Gregory achieved this dual reconciliation, Ruether argues, not by a theoretical synthesis but by a life-long pursuit of a mixed life devoted both to philosophy (now reinterpreted as Christian doctrine and spirituality) and rhetoric, to theological argument and church politics (reluctant though he often was to accept responsibility in the latter sphere). Unconscious of the profound philosophical (especially Platonic) influences on his Christian thought, he developed a cosmology and an understanding of the goals of human life, based on asceticism and a quest for the vision of God, which brought together Platonic, gnostic, and biblical elements, and in his use of rhetoric brilliantly turns the tables on practitioners of the classical art by arguing that only Christianity provides a subject matter worthy of rhetoric—pagan praises of the gods and heroes being empty show by contrast.
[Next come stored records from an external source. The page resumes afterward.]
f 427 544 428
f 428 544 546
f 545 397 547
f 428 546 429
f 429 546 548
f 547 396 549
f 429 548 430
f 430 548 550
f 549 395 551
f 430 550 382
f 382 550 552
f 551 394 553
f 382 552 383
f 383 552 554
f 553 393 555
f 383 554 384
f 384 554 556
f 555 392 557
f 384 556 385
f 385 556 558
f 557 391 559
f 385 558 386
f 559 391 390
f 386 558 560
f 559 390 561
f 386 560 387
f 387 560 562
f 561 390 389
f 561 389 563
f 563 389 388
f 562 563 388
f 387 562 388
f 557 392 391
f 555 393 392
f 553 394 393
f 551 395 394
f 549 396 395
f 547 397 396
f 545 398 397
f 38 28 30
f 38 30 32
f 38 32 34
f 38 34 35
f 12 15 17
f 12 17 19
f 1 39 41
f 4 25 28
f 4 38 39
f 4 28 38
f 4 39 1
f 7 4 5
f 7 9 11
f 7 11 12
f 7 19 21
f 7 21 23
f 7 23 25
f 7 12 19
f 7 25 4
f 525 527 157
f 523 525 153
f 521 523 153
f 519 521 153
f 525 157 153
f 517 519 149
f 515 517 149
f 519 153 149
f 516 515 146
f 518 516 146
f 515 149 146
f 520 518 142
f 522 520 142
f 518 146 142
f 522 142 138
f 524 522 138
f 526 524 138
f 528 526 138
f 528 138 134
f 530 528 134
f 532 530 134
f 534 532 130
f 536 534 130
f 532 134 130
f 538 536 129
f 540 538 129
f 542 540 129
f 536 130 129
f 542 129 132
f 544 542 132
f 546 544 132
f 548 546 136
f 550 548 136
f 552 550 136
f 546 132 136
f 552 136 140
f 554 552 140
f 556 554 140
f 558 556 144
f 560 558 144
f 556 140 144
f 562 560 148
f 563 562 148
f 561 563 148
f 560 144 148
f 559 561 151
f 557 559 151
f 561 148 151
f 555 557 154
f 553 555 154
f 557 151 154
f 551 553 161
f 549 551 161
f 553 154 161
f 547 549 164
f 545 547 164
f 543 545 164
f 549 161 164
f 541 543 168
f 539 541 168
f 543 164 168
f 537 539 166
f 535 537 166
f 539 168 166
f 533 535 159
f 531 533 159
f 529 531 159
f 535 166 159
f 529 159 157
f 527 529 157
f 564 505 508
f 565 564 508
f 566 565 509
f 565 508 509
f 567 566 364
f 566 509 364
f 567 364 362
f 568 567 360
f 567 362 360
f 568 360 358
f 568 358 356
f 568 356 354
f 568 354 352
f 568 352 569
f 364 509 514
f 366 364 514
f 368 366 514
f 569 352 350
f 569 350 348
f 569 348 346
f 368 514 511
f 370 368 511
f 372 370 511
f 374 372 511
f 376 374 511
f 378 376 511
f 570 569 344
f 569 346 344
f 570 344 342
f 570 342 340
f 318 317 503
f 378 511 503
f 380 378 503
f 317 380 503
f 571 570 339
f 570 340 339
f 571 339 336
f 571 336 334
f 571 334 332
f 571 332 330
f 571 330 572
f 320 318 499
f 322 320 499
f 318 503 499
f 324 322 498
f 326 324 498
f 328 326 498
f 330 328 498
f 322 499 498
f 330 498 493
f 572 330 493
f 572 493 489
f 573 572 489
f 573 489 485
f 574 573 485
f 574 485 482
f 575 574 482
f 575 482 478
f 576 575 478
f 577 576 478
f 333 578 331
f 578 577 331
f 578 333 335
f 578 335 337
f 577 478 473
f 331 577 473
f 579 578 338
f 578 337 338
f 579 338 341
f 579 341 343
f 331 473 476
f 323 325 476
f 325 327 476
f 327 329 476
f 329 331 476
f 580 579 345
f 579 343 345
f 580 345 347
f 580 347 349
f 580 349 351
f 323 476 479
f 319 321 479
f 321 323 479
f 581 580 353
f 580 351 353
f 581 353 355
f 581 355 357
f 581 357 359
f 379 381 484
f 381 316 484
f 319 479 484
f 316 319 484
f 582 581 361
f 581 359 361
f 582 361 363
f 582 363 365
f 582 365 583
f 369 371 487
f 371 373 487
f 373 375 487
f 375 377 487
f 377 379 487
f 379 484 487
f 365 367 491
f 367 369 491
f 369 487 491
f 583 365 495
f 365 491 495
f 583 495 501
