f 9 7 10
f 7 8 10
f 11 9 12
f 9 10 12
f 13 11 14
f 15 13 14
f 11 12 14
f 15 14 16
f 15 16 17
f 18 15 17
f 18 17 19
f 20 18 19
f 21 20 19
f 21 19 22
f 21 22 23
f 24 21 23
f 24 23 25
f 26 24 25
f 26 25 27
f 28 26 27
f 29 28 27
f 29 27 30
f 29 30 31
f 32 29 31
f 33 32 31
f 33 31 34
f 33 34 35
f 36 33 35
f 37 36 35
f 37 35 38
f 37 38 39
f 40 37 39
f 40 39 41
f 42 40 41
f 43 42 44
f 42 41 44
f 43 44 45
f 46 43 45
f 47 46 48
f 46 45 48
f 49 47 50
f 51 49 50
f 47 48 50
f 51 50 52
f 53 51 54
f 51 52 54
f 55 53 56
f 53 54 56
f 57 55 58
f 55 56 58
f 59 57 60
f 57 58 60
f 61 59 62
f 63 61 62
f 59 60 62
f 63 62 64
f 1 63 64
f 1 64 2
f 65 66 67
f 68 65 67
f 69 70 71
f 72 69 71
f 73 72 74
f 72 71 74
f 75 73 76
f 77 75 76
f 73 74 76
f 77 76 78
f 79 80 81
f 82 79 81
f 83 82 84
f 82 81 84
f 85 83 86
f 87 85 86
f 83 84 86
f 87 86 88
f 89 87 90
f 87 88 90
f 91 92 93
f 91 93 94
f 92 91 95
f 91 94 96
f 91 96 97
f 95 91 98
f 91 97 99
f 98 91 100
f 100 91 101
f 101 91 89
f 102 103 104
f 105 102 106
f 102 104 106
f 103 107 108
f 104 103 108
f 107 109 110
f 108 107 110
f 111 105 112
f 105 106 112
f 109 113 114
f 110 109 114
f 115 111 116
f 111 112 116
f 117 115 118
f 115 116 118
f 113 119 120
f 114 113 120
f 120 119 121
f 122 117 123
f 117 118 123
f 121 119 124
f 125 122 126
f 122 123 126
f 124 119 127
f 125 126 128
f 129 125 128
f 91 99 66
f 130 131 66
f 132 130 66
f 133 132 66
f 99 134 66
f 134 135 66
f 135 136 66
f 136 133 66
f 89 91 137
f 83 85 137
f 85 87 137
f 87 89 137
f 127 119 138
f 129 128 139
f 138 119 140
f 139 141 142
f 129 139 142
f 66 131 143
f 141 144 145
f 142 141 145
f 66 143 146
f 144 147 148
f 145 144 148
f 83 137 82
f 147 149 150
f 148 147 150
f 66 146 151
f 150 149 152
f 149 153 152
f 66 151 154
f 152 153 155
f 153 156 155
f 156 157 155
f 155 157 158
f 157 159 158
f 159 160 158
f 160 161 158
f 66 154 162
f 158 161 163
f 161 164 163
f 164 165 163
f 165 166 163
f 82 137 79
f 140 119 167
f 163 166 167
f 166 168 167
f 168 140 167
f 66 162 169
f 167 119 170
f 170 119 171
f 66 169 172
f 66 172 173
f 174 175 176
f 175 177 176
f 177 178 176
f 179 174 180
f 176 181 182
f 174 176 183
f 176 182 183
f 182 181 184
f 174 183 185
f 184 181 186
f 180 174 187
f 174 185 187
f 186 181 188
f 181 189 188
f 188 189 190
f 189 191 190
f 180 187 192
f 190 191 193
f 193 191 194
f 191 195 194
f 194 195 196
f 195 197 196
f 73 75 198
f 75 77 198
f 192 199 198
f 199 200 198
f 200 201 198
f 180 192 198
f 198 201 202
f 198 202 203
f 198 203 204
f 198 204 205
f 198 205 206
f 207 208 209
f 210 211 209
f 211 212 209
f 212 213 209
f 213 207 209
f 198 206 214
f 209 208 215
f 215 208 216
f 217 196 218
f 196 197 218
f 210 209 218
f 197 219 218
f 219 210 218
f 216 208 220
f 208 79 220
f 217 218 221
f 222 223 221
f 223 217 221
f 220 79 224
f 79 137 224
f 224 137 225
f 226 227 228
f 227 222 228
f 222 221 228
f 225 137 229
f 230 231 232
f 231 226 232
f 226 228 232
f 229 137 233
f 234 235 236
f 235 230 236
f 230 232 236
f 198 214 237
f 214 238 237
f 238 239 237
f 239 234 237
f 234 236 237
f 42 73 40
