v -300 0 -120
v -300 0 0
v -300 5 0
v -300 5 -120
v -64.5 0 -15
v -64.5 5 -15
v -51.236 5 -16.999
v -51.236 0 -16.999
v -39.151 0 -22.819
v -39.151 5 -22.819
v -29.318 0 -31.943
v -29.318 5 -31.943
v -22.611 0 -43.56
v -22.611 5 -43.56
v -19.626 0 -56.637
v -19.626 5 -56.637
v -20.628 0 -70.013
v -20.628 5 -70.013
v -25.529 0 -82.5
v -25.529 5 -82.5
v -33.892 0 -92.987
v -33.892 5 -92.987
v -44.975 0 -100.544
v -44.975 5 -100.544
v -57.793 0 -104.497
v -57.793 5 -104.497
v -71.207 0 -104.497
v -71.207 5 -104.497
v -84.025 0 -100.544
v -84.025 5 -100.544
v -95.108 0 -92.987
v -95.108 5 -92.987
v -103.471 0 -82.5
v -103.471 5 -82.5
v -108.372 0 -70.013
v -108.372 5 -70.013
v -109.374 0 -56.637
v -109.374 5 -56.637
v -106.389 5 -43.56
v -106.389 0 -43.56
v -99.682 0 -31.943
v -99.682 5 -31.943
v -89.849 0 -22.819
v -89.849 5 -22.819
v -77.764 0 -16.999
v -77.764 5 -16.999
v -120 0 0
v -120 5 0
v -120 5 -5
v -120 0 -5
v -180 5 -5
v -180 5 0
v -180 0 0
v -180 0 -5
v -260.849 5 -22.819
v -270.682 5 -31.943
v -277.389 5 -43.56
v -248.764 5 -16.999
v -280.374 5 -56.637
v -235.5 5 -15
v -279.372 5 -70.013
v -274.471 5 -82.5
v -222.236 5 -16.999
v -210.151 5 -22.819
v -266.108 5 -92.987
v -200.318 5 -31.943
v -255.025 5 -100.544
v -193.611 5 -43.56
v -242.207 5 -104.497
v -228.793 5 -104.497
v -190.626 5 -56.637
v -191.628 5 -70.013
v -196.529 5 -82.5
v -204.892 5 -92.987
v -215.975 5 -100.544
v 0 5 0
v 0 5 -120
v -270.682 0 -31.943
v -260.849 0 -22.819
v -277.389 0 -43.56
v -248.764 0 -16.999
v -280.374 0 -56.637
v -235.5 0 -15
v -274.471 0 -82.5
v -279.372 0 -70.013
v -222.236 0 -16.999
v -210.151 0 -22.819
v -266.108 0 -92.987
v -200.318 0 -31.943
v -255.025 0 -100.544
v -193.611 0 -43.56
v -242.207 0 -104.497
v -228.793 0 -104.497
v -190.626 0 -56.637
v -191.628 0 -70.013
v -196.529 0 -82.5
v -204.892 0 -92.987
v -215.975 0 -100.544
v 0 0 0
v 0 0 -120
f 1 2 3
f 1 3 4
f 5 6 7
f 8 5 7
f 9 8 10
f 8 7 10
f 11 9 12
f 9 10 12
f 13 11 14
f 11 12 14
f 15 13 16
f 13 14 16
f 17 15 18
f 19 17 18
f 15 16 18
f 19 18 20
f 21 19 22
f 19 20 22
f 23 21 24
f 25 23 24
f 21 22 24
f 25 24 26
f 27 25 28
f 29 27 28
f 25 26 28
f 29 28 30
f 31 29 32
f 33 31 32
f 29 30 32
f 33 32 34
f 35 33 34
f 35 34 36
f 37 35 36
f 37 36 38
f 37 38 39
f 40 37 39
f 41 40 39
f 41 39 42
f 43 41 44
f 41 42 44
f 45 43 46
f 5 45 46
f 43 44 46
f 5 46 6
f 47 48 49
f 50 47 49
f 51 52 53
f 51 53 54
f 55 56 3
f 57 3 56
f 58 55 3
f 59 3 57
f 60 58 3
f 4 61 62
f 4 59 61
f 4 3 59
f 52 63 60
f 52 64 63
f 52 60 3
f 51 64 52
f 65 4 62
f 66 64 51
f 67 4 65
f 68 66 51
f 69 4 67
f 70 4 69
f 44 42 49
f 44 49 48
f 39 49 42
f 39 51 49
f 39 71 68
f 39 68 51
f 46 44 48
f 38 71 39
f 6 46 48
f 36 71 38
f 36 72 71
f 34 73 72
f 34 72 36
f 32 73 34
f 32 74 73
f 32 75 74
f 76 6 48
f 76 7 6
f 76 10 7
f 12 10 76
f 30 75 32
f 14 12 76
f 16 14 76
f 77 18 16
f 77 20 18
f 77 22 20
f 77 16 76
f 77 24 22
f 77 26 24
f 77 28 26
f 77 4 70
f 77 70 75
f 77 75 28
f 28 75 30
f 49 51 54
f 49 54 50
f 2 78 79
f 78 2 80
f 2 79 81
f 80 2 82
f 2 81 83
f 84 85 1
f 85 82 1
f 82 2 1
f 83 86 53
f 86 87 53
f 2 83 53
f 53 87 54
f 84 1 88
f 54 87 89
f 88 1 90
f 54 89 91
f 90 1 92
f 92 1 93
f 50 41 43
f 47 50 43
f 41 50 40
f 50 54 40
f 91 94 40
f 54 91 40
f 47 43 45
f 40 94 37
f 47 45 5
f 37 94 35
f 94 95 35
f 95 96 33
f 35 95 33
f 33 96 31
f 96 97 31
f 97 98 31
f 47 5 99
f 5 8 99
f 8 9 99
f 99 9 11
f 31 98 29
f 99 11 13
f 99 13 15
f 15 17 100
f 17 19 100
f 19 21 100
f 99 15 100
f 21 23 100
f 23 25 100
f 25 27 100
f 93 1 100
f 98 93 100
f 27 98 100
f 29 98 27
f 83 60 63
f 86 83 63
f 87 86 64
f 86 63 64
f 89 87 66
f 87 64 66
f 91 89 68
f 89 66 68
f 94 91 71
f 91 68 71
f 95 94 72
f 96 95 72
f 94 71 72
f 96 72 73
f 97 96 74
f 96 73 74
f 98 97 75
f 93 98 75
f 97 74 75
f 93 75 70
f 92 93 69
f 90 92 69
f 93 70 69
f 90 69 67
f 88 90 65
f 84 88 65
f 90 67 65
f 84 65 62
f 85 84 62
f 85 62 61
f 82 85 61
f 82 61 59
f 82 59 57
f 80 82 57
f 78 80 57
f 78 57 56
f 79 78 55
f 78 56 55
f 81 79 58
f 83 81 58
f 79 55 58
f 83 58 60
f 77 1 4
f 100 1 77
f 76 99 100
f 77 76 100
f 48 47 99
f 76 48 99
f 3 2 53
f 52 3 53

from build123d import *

# Parameters (mm, degrees)
SKETCH1_W           = 300
SKETCH1_H           = 120
BOSS_EXTRUDE1_DEPTH = 5
SKETCH2_R           = 45
SKETCH2_W           = 60
SKETCH2_H           = 5
CUT_EXTRUDE1_DEPTH  = 5


with BuildPart() as part:
    # Sketch1 → Boss-Extrude1 (new body)
    with BuildSketch(Plane(origin=(0, 0, 0), x_dir=(1, 0, 0), z_dir=(0, 1, 0))):
        with Locations((-150, 60)):
            Rectangle(SKETCH1_W, SKETCH1_H)
    extrude(amount=BOSS_EXTRUDE1_DEPTH)

    # Sketch2 → Cut-Extrude1 (cut)
    with BuildSketch(Plane(origin=(0, 5, 0), x_dir=(1, 0, 0), z_dir=(0, 1, 0))):
        with Locations(Location((-64.5, 60, 0), (0, 0, 270))):
            Circle(SKETCH2_R)
        with Locations(Location((-235.5, 60, 0), (0, 0, 270))):
            Circle(SKETCH2_R)
        with Locations((-150, 2.5)):
            Rectangle(SKETCH2_W, SKETCH2_H)
    extrude(amount=-CUT_EXTRUDE1_DEPTH, mode=Mode.SUBTRACT)


solid = part.part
Some of the book is taken up by detailed illustrations of Gregory's use of rhetorical figures of speech and thought; this will perhaps be of less interest to readers without a classical training. Of greater general interest is Gregory's use of the conventions of classical speech-making in his orations in praise of his brother Caesarius, his friend Basil, and others. These sections of the book precede the final two chapters in which his use of philosophy in the development of his ascetic Christian outlook and his attitudes towards literature and philosophy are discussed.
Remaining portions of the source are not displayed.